Another coincidence involving meeting people occurs regularly at our local genealogy library, The Melting Pot. It is a good sized place, having several thousand books. It is open two days a week, Monday and Friday from 10am to 2pm, and is staffed by volunteers. I work one day a month—the first Friday. It was already a joke that anybody who comes in to research their family tree always finds a cousin. That's because the 'regulars', the volunteers who work most often, were mostly born and raised in Garland County or the surrounding area, and are related to many of the founding families. A stranger can come in and when they leave they have a family.

 

I was working my Friday about six weeks ago. I was in a back aisle, matching index cards to books in the Texas section. I could hear what was going on 'up front', (we aren't a keep quiet kind of library) but I wasn't paying much attention, when I heard the name "Mehaffey". I spoke up. "I have Mehaffey's" I called out and went to where the conversation was.

 

I have to tell you first that although I and my parents moved to this county when I was a teen, neither I nor they were raised here. My parents were born and raised in Arkansas, but not in this county. Life took them other places and when they decided they wanted to move back to Arkansas, they chose this beautiful, artistic town to live. It is centrally situated in the state so they could reach their siblings and other loved ones within a few hours drive in one direction or another. Other than one of my children who now lives here, there are no relatives of mine in the county (but plenty of my husband's).

 

So the Mehaffey I was kin to wasn't in this county. Genealogists will recognize how I can stretch and find the kinship. My great-grandfather's sister married a Mehaffey in DeKalb County Georgia. He died (killed in the Civil War, I believe. Think the burning of Atlanta) and when the family moved from Georgia to Arkansas by covered wagon, sister Mehaffey and children came too. But not to this county.

 

So I went to the front of the library and explained the connection. The couple who were researching had come from Utah to find out more about her father's roots, and they came to the Melting Pot Library because of our size.

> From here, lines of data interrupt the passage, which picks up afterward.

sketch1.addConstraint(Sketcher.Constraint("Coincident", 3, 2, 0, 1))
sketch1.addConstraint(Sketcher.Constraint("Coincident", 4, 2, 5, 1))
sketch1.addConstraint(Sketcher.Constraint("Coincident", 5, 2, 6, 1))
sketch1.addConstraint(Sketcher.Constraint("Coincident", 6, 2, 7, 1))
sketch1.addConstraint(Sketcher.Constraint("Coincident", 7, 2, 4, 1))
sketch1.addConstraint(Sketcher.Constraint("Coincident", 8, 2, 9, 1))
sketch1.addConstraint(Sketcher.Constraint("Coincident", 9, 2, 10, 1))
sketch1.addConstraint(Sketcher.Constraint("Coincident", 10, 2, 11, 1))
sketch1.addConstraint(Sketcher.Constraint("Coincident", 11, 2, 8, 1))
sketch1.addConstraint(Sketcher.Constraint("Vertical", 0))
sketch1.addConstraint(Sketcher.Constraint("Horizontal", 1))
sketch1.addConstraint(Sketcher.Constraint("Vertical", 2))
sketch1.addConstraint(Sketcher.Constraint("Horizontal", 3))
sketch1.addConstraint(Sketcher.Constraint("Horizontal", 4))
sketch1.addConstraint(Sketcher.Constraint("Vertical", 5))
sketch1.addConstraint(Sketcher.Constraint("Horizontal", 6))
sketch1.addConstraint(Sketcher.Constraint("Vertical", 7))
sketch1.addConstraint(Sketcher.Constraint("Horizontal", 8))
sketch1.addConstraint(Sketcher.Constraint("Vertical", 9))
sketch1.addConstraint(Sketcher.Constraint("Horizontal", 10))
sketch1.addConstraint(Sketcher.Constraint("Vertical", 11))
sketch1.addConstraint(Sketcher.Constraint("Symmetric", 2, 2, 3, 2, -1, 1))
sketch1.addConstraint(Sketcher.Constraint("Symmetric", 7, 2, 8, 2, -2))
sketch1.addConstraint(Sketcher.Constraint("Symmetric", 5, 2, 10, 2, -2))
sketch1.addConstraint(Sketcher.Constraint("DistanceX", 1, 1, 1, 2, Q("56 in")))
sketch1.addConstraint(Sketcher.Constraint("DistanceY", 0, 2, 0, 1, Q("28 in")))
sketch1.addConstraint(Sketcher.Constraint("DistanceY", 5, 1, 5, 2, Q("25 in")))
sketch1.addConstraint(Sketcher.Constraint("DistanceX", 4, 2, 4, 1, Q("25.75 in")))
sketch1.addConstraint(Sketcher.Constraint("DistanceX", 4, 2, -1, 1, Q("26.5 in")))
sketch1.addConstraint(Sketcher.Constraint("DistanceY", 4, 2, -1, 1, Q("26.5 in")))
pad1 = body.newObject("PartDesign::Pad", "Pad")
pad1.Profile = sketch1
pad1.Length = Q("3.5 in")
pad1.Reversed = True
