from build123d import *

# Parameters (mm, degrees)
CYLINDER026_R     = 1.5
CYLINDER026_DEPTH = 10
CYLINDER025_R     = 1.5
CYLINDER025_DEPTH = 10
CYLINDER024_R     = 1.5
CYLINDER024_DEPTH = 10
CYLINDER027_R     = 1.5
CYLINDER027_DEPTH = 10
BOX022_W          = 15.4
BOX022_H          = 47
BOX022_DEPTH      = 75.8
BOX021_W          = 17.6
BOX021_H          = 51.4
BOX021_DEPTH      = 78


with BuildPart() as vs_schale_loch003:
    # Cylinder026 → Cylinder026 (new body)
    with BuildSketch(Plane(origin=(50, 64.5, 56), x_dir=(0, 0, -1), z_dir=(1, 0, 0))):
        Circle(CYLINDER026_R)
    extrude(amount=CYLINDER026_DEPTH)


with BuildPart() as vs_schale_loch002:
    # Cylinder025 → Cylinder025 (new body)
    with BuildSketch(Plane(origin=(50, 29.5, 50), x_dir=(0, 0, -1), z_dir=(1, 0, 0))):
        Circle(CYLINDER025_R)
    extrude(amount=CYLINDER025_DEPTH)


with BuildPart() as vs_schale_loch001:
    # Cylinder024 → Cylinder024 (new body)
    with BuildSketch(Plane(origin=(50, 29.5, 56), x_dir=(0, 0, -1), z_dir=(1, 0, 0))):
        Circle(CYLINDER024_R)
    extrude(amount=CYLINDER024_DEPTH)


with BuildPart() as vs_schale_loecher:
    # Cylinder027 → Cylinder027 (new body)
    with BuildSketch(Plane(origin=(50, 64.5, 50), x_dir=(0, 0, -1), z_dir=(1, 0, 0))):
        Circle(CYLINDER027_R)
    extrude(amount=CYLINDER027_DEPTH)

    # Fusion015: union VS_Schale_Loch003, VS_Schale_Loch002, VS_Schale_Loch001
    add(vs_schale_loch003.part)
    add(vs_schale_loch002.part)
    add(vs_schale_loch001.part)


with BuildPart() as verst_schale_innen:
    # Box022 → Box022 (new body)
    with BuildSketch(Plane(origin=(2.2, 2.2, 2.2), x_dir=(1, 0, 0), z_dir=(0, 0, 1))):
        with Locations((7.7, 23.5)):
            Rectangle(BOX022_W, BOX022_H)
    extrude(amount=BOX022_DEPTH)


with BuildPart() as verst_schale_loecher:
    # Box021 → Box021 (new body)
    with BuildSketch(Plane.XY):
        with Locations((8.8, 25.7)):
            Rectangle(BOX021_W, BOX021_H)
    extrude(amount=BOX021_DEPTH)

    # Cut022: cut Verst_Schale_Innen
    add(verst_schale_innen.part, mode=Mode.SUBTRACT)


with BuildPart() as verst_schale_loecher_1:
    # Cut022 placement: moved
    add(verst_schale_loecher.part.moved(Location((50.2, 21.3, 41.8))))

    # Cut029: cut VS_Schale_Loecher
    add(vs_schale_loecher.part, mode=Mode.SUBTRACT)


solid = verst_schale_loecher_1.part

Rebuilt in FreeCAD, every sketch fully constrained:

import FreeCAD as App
import Part
import Sketcher
Q = App.Units.Quantity

doc = App.newDocument("Part")
body = doc.addObject("PartDesign::Body", "Body")

# Sketch on YZ plane
sketch1 = body.newObject("Sketcher::SketchObject", "Sketch")
sketch1.AttachmentSupport = (doc.getObject("YZ_Plane"), [""])
sketch1.MapMode = "FlatFace"
sketch1.AttachmentOffset = App.Placement(App.Vector(0, 0, 50), App.Rotation())
sketch1.addGeometry(Part.Circle(App.Vector(64.5, 56, 0), App.Vector(0, 0, 1), 1.5), False)
sketch1.addConstraint([
    Sketcher.Constraint("Diameter", 0, Q("3 mm")),
    Sketcher.Constraint("DistanceY", -1, 1, 0, 3, Q("56 mm")),
    Sketcher.Constraint("DistanceX", -1, 1, 0, 3, Q("64.5 mm")),
])
pad1 = body.newObject("PartDesign::Pad", "Pad")
pad1.Profile = sketch1
pad1.Length = 10
body2 = doc.addObject("PartDesign::Body", "Body001")

# Sketch on YZ plane
sketch2 = body2.newObject("Sketcher::SketchObject", "Sketch001")
sketch2.AttachmentSupport = (doc.getObject("YZ_Plane001"), [""])
sketch2.MapMode = "FlatFace"
sketch2.AttachmentOffset = App.Placement(App.Vector(0, 0, 50), App.Rotation())
sketch2.addGeometry(Part.Circle(App.Vector(29.5, 50, 0), App.Vector(0, 0, 1), 1.5), False)
sketch2.addConstraint([
    Sketcher.Constraint("Diameter", 0, Q("3 mm")),
    Sketcher.Constraint("DistanceY", -1, 1, 0, 3, Q("50 mm")),
    Sketcher.Constraint("DistanceX", -1, 1, 0, 3, Q("29.5 mm")),
])
pad2 = body2.newObject("PartDesign::Pad", "Pad001")
pad2.Profile = sketch2
pad2.Length = 10
body3 = doc.addObject("PartDesign::Body", "Body002")

# Sketch on YZ plane
sketch3 = body3.newObject("Sketcher::SketchObject", "Sketch002")
sketch3.AttachmentSupport = (doc.getObject("YZ_Plane002"), [""])
sketch3.MapMode = "FlatFace"
sketch3.AttachmentOffset = App.Placement(App.Vector(0, 0, 50), App.Rotation())
sketch3.addGeometry(Part.Circle(App.Vector(29.5, 56, 0), App.Vector(0, 0, 1), 1.5), False)
sketch3.addConstraint([
    Sketcher.Constraint("Diameter", 0, Q("3 mm")),
    Sketcher.Constraint("DistanceY", -1, 1, 0, 3, Q("56 mm")),
    Sketcher.Constraint("DistanceX", -1, 1, 0, 3, Q("29.5 mm")),
])
pad3 = body3.newObject("PartDesign::Pad", "Pad002")
pad3.Profile = sketch3
pad3.Length = 10
body4 = doc.addObject("PartDesign::Body", "Body003")
body4.AllowCompound = True

# Sketch on YZ plane
sketch4 = body4.newObject("Sketcher::SketchObject", "Sketch003")
sketch4.AttachmentSupport = (doc.getObject("YZ_Plane003"), [""])
sketch4.MapMode = "FlatFace"
sketch4.AttachmentOffset = App.Placement(App.Vector(0, 0, 50), App.Rotation())
sketch4.addGeometry(Part.Circle(App.Vector(64.5, 50, 0), App.Vector(0, 0, 1), 1.5), False)
sketch4.addConstraint([
    Sketcher.Constraint("Diameter", 0, Q("3 mm")),
    Sketcher.Constraint("DistanceY", -1, 1, 0, 3, Q("50 mm")),
    Sketcher.Constraint("DistanceX", -1, 1, 0, 3, Q("64.5 mm")),
])
pad4 = body4.newObject("PartDesign::Pad", "Pad003")
pad4.Profile = sketch4
pad4.Length = 10
doc.recompute()

boolean = body4.newObject("PartDesign::Boolean", "Boolean")
boolean.Type = "Fuse"
boolean.addObjects([body])
doc.recompute()

boolean2 = body4.newObject("PartDesign::Boolean", "Boolean001")
boolean2.Type = "Fuse"
boolean2.addObjects([body2])
doc.recompute()

boolean3 = body4.newObject("PartDesign::Boolean", "Boolean002")
boolean3.Type = "Fuse"
boolean3.addObjects([body3])
body5 = doc.addObject("PartDesign::Body", "Body004")

# Sketch on XY plane
sketch5 = body5.newObject("Sketcher::SketchObject", "Sketch004")
sketch5.AttachmentSupport = (doc.getObject("XY_Plane004"), [""])
sketch5.MapMode = "FlatFace"
sketch5.AttachmentOffset = App.Placement(App.Vector(0, 0, 2.2), App.Rotation())
sketch5.addGeometry([
    Part.LineSegment(App.Vector(2.2, 49.2, 0), App.Vector(2.2, 2.2, 0)),
    Part.LineSegment(App.Vector(2.2, 2.2, 0), App.Vector(17.6, 2.2, 0)),
    Part.LineSegment(App.Vector(17.6, 2.2, 0), App.Vector(17.6, 49.2, 0)),
    Part.LineSegment(App.Vector(17.6, 49.2, 0), App.Vector(2.2, 49.2, 0)),
], False)
sketch5.addConstraint([
    Sketcher.Constraint("Coincident", 0, 2, 1, 1),
    Sketcher.Constraint("Coincident", 1, 2, 2, 1),
    Sketcher.Constraint("Coincident", 2, 2, 3, 1),
    Sketcher.Constraint("Coincident", 3, 2, 0, 1),
    Sketcher.Constraint("Vertical", 0),
    Sketcher.Constraint("Horizontal", 1),
    Sketcher.Constraint("Vertical", 2),
    Sketcher.Constraint("Horizontal", 3),
    Sketcher.Constraint("DistanceY", 0, 2, 0, 1, Q("47 mm")),
    Sketcher.Constraint("DistanceX", 1, 1, 1, 2, Q("15.4 mm")),
    Sketcher.Constraint("DistanceX", -1, 1, 0, 2, Q("2.2 mm")),
    Sketcher.Constraint("DistanceY", -1, 1, 0, 2, Q("2.2 mm")),
])
pad5 = body5.newObject("PartDesign::Pad", "Pad004")
pad5.Profile = sketch5
pad5.Length = 75.8
body6 = doc.addObject("PartDesign::Body", "Body005")

# Sketch on XY plane
sketch6 = body6.newObject("Sketcher::SketchObject", "Sketch005")
sketch6.AttachmentSupport = (doc.getObject("XY_Plane005"), [""])
sketch6.MapMode = "FlatFace"
sketch6.addGeometry([
    Part.LineSegment(App.Vector(0, 51.4, 0), App.Vector(0, 0, 0)),
    Part.LineSegment(App.Vector(0, 0, 0), App.Vector(17.6, 0, 0)),
    Part.LineSegment(App.Vector(17.6, 0, 0), App.Vector(17.6, 51.4, 0)),
    Part.LineSegment(App.Vector(17.6, 51.4, 0), App.Vector(0, 51.4, 0)),
], False)
sketch6.addConstraint([
    Sketcher.Constraint("Coincident", 0, 2, 1, 1),
    Sketcher.Constraint("Coincident", 1, 2, 2, 1),
    Sketcher.Constraint("Coincident", 2, 2, 3, 1),
    Sketcher.Constraint("Coincident", 3, 2, 0, 1),
    Sketcher.Constraint("Vertical", 0),
    Sketcher.Constraint("Horizontal", 1),
    Sketcher.Constraint("Vertical", 2),
    Sketcher.Constraint("Horizontal", 3),
    Sketcher.Constraint("Coincident", 0, 2, -1, 1),
    Sketcher.Constraint("DistanceX", 1, 1, 1, 2, Q("17.6 mm")),
    Sketcher.Constraint("DistanceY", 0, 2, 0, 1, Q("51.4 mm")),
])
pad6 = body6.newObject("PartDesign::Pad", "Pad005")
pad6.Profile = sketch6
pad6.Length = 78
doc.recompute()

boolean4 = body6.newObject("PartDesign::Boolean", "Boolean003")
boolean4.Type = "Cut"
boolean4.addObjects([body5])
body7 = doc.addObject("PartDesign::Body", "Body006")
doc.recompute()

body6.Placement = App.Placement(App.Vector(50.2, 21.3, 41.8), App.Rotation(App.Vector(0, 0, 1), 0))
boolean5 = body7.newObject("PartDesign::Boolean", "Boolean004")
boolean5.Type = "Fuse"
boolean5.addObjects([body6])
doc.recompute()

boolean6 = body7.newObject("PartDesign::Boolean", "Boolean005")
boolean6.Type = "Cut"
boolean6.addObjects([body4])

doc.recompute()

In trading information, we never did find the exact connection between us, BUT (and this is important) she called up her DNA relatives on her laptop, and there I was. We ARE kin. We couldn't figure out exactly how, but we will.

 

What a coincidence! They came all the way from Utah, to a library that happened to be open the day of the week they ended up in Hot Springs, and it was the one day of the month I, a relative, was working, and I overheard the family name and recognized it.

 

Coincidence? Or God's way of remaining anonymous?